- TASK INPUT
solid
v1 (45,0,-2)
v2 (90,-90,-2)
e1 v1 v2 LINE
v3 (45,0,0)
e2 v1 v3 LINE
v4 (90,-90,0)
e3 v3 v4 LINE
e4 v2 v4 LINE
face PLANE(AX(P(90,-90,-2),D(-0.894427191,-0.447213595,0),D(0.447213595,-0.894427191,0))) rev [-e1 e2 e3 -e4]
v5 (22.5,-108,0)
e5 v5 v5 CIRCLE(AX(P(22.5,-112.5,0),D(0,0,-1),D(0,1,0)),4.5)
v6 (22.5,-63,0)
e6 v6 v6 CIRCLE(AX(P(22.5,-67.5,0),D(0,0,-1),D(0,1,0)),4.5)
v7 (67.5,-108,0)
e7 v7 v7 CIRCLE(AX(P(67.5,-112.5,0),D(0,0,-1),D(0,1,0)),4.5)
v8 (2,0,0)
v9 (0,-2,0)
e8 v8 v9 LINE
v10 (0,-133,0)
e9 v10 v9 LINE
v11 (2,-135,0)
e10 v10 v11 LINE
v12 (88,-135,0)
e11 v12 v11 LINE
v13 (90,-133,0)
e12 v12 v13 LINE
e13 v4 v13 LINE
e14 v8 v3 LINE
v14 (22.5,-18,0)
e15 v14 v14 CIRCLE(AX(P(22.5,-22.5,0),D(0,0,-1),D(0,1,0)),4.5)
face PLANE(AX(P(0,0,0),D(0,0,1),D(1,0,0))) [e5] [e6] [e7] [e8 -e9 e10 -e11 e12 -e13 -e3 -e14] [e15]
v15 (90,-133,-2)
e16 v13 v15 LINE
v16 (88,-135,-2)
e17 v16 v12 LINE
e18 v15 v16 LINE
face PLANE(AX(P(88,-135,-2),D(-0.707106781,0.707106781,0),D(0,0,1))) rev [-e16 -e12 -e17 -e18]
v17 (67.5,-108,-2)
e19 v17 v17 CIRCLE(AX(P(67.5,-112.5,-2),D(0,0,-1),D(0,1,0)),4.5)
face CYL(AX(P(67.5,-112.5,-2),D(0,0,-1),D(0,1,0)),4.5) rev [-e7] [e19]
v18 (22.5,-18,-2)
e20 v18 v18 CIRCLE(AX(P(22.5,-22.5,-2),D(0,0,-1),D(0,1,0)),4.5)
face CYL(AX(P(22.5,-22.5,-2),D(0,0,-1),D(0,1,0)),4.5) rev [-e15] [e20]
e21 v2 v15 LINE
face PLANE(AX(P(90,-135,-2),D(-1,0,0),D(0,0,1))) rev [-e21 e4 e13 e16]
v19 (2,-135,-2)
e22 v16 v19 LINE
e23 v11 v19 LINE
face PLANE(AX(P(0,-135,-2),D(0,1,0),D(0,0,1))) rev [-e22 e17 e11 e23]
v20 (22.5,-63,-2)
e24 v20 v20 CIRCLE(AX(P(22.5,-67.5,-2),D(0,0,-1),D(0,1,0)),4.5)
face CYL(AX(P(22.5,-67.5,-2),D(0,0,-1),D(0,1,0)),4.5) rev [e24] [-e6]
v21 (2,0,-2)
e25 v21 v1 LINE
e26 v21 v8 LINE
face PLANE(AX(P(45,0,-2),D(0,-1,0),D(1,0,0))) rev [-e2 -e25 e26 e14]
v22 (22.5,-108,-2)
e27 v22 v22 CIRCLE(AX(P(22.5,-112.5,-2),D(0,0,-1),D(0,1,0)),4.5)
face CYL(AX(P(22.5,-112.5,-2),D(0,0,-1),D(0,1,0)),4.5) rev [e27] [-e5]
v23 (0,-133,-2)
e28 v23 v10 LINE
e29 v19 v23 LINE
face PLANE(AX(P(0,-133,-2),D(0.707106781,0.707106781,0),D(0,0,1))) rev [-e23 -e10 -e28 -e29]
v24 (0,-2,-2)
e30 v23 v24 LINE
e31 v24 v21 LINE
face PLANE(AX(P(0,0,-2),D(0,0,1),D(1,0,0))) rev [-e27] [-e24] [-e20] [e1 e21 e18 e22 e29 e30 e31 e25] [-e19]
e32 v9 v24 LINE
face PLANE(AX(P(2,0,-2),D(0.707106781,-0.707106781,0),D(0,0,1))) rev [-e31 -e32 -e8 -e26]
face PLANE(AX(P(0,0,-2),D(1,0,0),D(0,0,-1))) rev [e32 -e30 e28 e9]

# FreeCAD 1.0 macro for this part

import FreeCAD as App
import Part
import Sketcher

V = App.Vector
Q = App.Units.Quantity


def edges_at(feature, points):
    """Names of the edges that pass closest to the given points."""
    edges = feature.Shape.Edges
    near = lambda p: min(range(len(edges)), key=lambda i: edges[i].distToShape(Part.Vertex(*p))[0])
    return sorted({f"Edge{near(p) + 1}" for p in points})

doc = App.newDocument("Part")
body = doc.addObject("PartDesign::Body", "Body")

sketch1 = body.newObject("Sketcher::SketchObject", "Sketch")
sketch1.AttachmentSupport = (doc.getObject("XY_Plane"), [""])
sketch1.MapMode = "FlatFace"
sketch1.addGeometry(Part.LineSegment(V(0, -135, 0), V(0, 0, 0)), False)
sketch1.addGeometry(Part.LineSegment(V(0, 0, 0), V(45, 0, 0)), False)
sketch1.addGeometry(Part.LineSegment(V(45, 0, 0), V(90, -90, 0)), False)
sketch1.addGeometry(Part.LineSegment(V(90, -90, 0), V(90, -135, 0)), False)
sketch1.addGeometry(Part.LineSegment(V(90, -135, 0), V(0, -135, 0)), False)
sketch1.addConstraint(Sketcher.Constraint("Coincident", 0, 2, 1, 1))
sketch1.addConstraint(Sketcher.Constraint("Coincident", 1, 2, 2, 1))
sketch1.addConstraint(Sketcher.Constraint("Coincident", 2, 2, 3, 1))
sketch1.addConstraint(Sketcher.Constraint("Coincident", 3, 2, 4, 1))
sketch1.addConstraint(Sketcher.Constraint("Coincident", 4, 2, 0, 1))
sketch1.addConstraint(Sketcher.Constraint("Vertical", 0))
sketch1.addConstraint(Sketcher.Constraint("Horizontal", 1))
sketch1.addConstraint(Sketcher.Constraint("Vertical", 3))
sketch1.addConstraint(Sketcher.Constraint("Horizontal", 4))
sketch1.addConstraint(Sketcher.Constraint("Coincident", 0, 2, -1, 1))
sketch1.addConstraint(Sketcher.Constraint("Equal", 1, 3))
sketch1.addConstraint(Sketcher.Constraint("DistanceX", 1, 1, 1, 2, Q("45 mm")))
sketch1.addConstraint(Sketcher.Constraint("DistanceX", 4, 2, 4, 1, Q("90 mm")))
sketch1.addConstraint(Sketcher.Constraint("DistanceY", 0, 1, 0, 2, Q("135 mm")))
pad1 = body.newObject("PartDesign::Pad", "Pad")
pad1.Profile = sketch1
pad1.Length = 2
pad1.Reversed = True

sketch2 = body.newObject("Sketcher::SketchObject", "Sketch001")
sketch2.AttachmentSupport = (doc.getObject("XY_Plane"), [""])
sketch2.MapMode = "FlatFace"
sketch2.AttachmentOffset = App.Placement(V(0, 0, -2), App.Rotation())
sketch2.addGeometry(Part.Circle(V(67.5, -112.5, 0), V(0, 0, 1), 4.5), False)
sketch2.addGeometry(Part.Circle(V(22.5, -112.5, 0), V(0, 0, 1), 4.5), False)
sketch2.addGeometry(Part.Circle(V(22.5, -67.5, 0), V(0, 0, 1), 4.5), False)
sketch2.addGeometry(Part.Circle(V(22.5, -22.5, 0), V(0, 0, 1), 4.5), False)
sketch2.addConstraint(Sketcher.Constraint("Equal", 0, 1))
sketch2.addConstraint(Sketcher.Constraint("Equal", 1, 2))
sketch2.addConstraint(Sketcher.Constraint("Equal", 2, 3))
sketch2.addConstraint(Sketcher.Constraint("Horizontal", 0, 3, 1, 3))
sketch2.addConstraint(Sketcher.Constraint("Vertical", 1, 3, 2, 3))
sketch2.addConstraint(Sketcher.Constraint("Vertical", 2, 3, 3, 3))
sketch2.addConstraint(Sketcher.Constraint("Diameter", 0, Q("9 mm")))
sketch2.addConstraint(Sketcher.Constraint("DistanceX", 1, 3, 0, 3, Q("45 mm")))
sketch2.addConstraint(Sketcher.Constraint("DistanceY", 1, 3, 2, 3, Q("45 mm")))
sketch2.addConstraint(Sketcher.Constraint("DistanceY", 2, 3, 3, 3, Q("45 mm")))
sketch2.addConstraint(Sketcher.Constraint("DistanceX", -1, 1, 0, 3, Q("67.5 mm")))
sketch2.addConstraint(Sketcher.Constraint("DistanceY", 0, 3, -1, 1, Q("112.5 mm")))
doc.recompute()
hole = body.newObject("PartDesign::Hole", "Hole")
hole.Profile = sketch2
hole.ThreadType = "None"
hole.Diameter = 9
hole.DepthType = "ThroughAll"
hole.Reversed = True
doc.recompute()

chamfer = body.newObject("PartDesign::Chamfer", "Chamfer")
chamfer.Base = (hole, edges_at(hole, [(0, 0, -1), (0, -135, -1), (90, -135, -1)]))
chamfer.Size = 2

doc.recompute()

- TASK REQUIREMENTS
Both end lines included, restate word for word the lines above from the line with "e1 v1 v2 LINE" to the line with "e23 v11 v19 LINE", and nothing else.

- RESPONSE TO THE TASK
e1 v1 v2 LINE
v3 (45,0,0)
e2 v1 v3 LINE
v4 (90,-90,0)
e3 v3 v4 LINE
e4 v2 v4 LINE
face PLANE(AX(P(90,-90,-2),D(-0.894427191,-0.447213595,0),D(0.447213595,-0.894427191,0))) rev [-e1 e2 e3 -e4]
v5 (22.5,-108,0)
e5 v5 v5 CIRCLE(AX(P(22.5,-112.5,0),D(0,0,-1),D(0,1,0)),4.5)
v6 (22.5,-63,0)
e6 v6 v6 CIRCLE(AX(P(22.5,-67.5,0),D(0,0,-1),D(0,1,0)),4.5)
v7 (67.5,-108,0)
e7 v7 v7 CIRCLE(AX(P(67.5,-112.5,0),D(0,0,-1),D(0,1,0)),4.5)
v8 (2,0,0)
v9 (0,-2,0)
e8 v8 v9 LINE
v10 (0,-133,0)
e9 v10 v9 LINE
v11 (2,-135,0)
e10 v10 v11 LINE
v12 (88,-135,0)
e11 v12 v11 LINE
v13 (90,-133,0)
e12 v12 v13 LINE
e13 v4 v13 LINE
e14 v8 v3 LINE
v14 (22.5,-18,0)
e15 v14 v14 CIRCLE(AX(P(22.5,-22.5,0),D(0,0,-1),D(0,1,0)),4.5)
face PLANE(AX(P(0,0,0),D(0,0,1),D(1,0,0))) [e5] [e6] [e7] [e8 -e9 e10 -e11 e12 -e13 -e3 -e14] [e15]
v15 (90,-133,-2)
e16 v13 v15 LINE
v16 (88,-135,-2)
e17 v16 v12 LINE
e18 v15 v16 LINE
face PLANE(AX(P(88,-135,-2),D(-0.707106781,0.707106781,0),D(0,0,1))) rev [-e16 -e12 -e17 -e18]
v17 (67.5,-108,-2)
e19 v17 v17 CIRCLE(AX(P(67.5,-112.5,-2),D(0,0,-1),D(0,1,0)),4.5)
face CYL(AX(P(67.5,-112.5,-2),D(0,0,-1),D(0,1,0)),4.5) rev [-e7] [e19]
v18 (22.5,-18,-2)
e20 v18 v18 CIRCLE(AX(P(22.5,-22.5,-2),D(0,0,-1),D(0,1,0)),4.5)
face CYL(AX(P(22.5,-22.5,-2),D(0,0,-1),D(0,1,0)),4.5) rev [-e15] [e20]
e21 v2 v15 LINE
face PLANE(AX(P(90,-135,-2),D(-1,0,0),D(0,0,1))) rev [-e21 e4 e13 e16]
v19 (2,-135,-2)
e22 v16 v19 LINE
e23 v11 v19 LINE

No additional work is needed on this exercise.